EXERCISE REQUIREMENTS: Would you print the material exactly, starting at its first line and ending at the line holding "f 180 178 179"?

★ ★ ★ ★

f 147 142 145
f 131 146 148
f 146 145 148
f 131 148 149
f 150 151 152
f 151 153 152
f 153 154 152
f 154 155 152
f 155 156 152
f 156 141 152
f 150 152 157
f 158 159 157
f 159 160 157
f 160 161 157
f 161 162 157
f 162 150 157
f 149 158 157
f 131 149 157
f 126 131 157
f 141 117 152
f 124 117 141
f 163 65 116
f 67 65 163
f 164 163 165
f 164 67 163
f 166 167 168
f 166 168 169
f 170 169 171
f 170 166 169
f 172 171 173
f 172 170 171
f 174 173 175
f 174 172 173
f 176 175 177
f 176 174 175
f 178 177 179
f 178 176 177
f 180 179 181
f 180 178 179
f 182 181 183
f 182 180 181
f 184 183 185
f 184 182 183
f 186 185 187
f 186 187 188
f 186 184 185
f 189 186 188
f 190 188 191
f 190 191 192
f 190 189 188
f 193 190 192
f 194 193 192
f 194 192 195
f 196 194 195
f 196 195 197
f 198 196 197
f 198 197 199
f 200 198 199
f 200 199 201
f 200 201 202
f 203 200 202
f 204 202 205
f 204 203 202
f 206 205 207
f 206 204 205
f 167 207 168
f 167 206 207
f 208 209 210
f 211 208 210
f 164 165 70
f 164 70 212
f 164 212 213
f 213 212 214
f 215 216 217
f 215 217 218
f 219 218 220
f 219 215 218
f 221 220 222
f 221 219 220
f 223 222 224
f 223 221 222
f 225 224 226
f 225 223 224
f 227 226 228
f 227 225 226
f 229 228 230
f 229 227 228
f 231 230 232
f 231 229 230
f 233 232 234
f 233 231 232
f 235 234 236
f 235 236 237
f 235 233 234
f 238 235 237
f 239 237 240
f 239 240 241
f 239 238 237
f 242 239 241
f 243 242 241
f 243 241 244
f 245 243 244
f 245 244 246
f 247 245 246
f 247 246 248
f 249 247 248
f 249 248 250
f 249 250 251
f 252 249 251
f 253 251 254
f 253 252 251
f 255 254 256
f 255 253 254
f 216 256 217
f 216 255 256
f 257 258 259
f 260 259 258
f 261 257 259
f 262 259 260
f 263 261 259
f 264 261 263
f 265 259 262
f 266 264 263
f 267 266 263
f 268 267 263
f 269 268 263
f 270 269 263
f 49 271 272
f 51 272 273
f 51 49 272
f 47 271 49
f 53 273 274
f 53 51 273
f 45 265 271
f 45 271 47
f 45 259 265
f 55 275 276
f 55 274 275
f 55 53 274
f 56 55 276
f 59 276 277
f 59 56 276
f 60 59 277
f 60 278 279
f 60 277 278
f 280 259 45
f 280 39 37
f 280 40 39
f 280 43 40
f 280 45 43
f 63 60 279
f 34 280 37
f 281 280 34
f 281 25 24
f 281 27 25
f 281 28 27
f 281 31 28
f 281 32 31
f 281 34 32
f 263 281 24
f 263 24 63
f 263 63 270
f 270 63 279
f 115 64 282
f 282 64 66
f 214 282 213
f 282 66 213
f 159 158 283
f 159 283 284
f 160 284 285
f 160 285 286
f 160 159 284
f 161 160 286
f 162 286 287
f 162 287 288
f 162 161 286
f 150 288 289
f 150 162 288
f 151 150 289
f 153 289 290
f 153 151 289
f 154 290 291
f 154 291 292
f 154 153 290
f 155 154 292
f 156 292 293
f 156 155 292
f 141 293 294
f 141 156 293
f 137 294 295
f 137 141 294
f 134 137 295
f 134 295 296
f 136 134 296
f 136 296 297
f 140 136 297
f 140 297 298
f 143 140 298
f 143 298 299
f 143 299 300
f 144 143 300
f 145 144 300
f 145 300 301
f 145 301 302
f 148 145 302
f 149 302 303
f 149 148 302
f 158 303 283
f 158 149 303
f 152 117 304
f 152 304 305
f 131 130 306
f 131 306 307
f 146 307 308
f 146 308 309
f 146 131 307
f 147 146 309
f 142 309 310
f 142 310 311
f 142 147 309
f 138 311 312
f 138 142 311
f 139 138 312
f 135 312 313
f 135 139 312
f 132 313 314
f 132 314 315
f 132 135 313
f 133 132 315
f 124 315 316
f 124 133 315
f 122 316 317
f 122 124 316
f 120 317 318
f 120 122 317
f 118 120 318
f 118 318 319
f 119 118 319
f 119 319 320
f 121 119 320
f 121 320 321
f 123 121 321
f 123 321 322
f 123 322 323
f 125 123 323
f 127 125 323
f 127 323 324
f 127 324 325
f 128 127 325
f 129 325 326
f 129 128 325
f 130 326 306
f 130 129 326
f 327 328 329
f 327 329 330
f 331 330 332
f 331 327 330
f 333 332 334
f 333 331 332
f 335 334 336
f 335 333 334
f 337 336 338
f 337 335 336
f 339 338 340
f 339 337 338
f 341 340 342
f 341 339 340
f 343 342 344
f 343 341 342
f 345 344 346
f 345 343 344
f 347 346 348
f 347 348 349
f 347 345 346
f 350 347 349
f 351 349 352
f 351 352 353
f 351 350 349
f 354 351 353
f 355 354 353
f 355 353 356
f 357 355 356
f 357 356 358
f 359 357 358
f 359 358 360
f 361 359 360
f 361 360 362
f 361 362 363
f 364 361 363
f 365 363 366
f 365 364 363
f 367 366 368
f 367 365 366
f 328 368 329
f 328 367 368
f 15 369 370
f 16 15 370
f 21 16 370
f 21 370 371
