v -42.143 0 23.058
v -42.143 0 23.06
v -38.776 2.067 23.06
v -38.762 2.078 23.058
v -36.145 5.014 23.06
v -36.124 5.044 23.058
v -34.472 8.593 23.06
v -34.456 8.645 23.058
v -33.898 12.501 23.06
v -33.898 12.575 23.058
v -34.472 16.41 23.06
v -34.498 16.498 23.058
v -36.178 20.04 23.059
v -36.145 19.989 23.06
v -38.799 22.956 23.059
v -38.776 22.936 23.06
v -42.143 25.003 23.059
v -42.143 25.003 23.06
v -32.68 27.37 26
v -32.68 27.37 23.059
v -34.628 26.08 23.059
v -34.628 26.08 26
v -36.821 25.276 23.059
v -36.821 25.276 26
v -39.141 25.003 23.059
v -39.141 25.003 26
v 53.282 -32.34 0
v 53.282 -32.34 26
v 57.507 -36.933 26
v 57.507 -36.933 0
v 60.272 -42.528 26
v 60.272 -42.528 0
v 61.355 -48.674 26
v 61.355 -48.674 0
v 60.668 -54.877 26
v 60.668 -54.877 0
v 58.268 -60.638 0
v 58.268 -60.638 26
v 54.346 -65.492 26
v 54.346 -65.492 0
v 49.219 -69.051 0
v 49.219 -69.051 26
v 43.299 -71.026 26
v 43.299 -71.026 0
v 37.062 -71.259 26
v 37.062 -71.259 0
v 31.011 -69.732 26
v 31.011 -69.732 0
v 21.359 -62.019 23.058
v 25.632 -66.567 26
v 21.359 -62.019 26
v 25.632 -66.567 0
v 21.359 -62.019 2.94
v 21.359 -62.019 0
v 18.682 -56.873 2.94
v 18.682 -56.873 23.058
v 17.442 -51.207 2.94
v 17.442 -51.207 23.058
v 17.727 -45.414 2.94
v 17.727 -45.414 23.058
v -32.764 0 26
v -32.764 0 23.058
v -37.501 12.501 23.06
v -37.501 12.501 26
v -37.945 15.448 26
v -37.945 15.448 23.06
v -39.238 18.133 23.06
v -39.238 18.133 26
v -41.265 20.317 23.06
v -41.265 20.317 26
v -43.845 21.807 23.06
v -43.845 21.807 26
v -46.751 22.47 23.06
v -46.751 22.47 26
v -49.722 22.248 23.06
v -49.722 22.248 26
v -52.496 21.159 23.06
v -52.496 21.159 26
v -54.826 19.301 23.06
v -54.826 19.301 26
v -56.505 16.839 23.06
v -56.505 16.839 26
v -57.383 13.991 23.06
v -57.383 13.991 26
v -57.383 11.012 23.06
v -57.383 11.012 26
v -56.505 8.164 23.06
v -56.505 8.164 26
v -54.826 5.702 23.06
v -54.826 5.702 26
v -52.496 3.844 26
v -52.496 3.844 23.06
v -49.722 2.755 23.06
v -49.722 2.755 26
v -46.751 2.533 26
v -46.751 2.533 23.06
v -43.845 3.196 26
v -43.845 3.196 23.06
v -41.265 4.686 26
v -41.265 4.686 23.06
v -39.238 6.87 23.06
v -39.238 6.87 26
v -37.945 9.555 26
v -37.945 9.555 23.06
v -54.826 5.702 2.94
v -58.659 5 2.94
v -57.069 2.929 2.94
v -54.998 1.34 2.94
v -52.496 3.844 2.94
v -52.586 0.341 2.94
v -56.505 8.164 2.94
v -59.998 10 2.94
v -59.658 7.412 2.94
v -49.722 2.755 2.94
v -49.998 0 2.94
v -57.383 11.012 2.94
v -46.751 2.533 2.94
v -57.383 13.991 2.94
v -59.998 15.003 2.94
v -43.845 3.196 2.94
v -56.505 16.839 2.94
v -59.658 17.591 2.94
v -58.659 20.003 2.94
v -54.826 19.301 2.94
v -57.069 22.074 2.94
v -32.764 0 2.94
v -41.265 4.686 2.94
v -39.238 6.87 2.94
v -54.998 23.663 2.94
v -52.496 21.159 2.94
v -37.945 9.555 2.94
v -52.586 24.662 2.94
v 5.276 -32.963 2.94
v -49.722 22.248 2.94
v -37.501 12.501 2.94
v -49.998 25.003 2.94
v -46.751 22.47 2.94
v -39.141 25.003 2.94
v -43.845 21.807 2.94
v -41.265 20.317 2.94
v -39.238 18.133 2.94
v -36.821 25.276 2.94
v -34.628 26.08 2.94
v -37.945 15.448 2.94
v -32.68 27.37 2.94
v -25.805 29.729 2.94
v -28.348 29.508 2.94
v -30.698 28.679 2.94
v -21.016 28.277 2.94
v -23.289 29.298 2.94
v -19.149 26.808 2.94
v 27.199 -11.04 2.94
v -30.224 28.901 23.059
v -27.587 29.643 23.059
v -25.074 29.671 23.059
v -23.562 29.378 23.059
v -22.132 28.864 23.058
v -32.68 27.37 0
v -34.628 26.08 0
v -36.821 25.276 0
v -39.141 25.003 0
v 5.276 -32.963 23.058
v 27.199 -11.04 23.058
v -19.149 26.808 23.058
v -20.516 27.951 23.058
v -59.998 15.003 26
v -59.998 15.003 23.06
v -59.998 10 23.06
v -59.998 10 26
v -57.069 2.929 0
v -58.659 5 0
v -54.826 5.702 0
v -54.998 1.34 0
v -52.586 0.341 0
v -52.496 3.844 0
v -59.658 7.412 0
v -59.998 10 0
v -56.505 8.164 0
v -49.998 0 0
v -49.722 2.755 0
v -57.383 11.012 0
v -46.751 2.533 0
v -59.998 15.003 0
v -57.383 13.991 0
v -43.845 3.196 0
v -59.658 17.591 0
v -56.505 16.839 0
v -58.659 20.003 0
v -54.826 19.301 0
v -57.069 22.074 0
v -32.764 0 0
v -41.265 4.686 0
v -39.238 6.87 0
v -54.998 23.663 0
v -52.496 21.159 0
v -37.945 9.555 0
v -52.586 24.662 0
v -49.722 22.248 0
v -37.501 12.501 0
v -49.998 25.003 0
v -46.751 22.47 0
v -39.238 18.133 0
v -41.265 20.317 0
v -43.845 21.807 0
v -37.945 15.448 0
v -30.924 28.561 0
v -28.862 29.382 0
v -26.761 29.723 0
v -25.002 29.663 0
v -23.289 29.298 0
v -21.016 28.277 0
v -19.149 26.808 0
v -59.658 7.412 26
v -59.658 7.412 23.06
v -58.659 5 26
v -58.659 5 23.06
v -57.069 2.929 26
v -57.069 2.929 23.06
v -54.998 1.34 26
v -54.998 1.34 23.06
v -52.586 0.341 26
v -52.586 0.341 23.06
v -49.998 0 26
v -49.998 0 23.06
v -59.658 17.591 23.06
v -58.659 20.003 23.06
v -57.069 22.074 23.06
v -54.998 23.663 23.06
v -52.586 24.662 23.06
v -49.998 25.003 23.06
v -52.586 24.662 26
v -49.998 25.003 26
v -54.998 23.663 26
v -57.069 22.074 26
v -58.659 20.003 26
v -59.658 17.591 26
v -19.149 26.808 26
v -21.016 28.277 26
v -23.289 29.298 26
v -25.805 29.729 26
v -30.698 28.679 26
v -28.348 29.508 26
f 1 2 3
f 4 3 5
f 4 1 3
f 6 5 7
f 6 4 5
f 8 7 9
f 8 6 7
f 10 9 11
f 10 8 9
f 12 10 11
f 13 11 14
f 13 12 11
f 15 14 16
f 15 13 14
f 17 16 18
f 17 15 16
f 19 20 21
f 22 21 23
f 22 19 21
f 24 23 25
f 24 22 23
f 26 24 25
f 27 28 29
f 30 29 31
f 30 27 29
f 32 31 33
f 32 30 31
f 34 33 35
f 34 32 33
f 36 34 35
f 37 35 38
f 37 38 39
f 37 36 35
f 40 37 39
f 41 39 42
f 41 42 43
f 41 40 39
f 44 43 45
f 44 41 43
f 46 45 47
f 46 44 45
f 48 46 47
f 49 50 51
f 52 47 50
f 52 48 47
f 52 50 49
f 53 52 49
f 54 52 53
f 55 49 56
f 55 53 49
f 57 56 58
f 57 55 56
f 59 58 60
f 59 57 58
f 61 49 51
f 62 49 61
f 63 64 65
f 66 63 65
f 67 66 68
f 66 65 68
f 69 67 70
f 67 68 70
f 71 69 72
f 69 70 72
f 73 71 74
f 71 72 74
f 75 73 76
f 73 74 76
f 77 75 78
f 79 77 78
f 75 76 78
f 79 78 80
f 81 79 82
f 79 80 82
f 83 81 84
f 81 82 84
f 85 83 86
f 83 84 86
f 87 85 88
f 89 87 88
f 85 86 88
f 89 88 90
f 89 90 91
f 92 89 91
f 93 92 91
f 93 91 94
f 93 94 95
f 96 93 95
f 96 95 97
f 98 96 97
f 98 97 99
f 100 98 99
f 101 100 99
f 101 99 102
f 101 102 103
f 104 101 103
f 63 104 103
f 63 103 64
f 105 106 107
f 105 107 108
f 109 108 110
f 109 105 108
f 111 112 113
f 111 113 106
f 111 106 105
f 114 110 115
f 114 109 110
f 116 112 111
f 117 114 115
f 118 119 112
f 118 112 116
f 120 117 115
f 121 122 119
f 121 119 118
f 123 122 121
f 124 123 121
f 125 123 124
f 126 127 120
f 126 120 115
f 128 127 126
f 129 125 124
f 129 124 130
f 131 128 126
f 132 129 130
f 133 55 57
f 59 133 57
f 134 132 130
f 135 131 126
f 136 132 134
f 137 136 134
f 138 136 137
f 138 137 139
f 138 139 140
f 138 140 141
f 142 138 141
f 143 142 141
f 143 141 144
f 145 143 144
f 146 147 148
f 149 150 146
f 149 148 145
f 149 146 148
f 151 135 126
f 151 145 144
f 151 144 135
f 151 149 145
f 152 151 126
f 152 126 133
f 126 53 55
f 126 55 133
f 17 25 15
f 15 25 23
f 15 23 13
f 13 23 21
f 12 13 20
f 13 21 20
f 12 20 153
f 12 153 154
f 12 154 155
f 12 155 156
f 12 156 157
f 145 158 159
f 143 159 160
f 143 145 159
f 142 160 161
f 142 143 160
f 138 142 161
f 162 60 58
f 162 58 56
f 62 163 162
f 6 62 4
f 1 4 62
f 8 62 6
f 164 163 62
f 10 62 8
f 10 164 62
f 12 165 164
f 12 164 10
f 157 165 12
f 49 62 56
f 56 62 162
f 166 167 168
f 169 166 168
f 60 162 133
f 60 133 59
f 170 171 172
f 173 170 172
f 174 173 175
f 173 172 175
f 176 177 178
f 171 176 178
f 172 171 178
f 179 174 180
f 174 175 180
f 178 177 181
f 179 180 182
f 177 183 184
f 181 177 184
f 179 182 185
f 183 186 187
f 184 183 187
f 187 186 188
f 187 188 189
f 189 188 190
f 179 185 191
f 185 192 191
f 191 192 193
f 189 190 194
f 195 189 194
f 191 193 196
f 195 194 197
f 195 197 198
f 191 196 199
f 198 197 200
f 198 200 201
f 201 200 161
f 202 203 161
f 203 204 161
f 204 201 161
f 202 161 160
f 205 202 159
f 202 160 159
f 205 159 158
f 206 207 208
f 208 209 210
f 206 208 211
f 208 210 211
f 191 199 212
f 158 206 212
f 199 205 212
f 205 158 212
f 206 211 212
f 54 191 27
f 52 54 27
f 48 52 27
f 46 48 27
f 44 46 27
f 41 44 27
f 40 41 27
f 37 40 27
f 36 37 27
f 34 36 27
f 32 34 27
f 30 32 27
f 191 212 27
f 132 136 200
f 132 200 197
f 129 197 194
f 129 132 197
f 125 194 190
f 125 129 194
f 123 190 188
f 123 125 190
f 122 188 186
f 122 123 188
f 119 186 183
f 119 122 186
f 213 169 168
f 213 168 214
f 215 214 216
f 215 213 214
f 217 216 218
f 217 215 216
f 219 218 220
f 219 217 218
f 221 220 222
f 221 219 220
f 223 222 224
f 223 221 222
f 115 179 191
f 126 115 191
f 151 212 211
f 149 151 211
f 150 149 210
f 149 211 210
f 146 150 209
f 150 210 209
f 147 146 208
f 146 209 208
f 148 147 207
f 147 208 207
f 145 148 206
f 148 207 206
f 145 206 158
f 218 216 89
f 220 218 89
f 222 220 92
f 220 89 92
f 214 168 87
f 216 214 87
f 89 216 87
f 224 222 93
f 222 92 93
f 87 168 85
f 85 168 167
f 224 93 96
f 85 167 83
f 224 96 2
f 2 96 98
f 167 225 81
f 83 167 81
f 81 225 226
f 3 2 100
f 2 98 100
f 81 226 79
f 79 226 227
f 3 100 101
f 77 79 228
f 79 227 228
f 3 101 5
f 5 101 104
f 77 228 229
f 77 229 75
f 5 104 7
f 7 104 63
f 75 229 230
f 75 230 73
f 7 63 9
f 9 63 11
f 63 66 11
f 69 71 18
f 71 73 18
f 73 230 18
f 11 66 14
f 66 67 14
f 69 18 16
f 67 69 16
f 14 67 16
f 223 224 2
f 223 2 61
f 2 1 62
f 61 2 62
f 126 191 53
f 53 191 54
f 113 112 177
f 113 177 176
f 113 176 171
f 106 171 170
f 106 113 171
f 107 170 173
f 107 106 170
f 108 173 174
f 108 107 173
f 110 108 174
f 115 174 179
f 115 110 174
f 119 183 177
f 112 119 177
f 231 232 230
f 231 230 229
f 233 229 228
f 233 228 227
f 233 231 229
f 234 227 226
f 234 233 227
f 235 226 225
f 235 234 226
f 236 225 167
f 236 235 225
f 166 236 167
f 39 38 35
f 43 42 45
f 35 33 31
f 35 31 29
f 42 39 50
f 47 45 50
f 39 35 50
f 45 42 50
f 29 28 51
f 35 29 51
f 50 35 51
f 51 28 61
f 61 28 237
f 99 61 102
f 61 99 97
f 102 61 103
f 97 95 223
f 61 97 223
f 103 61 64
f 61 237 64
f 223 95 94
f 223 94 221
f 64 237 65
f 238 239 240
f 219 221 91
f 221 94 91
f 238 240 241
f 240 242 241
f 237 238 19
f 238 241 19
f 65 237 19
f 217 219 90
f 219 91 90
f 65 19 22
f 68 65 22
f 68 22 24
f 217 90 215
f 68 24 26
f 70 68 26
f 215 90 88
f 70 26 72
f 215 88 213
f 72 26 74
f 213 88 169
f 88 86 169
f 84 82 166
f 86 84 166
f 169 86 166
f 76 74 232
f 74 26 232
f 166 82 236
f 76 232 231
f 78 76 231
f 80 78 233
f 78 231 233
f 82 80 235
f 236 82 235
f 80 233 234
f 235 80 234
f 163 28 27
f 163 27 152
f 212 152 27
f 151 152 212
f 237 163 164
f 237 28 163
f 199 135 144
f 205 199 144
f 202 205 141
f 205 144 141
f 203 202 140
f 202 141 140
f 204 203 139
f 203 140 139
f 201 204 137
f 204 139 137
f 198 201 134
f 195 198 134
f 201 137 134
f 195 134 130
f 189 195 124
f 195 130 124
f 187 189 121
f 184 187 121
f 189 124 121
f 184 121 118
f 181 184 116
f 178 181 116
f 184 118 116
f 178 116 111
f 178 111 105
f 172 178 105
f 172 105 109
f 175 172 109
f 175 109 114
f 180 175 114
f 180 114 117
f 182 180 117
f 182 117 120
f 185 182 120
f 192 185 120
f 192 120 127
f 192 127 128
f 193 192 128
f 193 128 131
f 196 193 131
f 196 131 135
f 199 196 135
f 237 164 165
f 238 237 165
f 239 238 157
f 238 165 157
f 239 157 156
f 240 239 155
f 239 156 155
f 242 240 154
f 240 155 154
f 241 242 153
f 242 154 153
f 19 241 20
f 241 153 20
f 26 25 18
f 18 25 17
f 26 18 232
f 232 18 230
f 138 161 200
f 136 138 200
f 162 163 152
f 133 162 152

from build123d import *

# Parameters (mm, degrees)
EXTRUDE_1_DEPTH      = 26
SKETCH_4_R           = 9.996910884
CUT_EXTRUDE_2_DEPTH  = 26
FILLET_1_R           = 10
FILLET_2_R           = 10
CUT_EXTRUDE_4_DEPTH  = 26
SKETCH_8_R           = 13.6
CUT_EXTRUDE_5_DEPTH  = 20.12
EXTRUDE_2_DEPTH      = 26
FILLET_3_R           = 3
CUT_EXTRUDE_6_DEPTH  = 30
FILLET_9_R           = 10
FILLET_10_R          = 3
FILLET_11_R          = 10
CUT_EXTRUDE_7_DEPTH  = 30
SKETCH_13_W          = 20.118493956
SKETCH_13_H          = 70
CUT_EXTRUDE_8_DEPTH  = 44.75
CUT_EXTRUDE_9_DEPTH  = 44.75
SKETCH_15_R          = 22
EXTRUDE_3_DEPTH      = 26
EXTRUDE_4_REACH      = 99.657
CUT_EXTRUDE_13_DEPTH = 20
EXTRUDE_START        = -2.941506044
EXTRUDE_5_DEPTH      = 2.941506044
EXTRUDE_6_DEPTH      = 2.94


with BuildPart() as part:
    # 草图1 → 凸台-拉伸1 (new body)
    with BuildSketch(Plane.XY):
        Polygon((0, 0), (60.004097951, 0), (60.004097951, 25.002996284), (-59.998288516, 25.002996284), (-59.998288516, 0), align=None)
    extrude(amount=EXTRUDE_1_DEPTH)

    # 草图4 → 切除-拉伸2 (cut)
    with BuildSketch(Plane.XY.offset(26)):
        with Locations((-47.497668288, 12.501498142)):
            Circle(SKETCH_4_R)
    extrude(amount=-CUT_EXTRUDE_2_DEPTH, mode=Mode.SUBTRACT)

    # 圆角1
    fillet_1_edges = [part.edges().sort_by_distance(p)[0] for p in [
        (-59.998288516, 25.002996284, 13),
    ]]
    fillet(fillet_1_edges, radius=FILLET_1_R)

    # 圆角2
    fillet_2_edges = [part.edges().sort_by_distance(p)[0] for p in [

★ ★ ★ ★

RESPONSE:
f 147 142 145
f 131 146 148
f 146 145 148
f 131 148 149
f 150 151 152
f 151 153 152
f 153 154 152
f 154 155 152
f 155 156 152
f 156 141 152
f 150 152 157
f 158 159 157
f 159 160 157
f 160 161 157
f 161 162 157
f 162 150 157
f 149 158 157
f 131 149 157
f 126 131 157
f 141 117 152
f 124 117 141
f 163 65 116
f 67 65 163
f 164 163 165
f 164 67 163
f 166 167 168
f 166 168 169
f 170 169 171
f 170 166 169
f 172 171 173
f 172 170 171
f 174 173 175
f 174 172 173
f 176 175 177
f 176 174 175
f 178 177 179
f 178 176 177
f 180 179 181
f 180 178 179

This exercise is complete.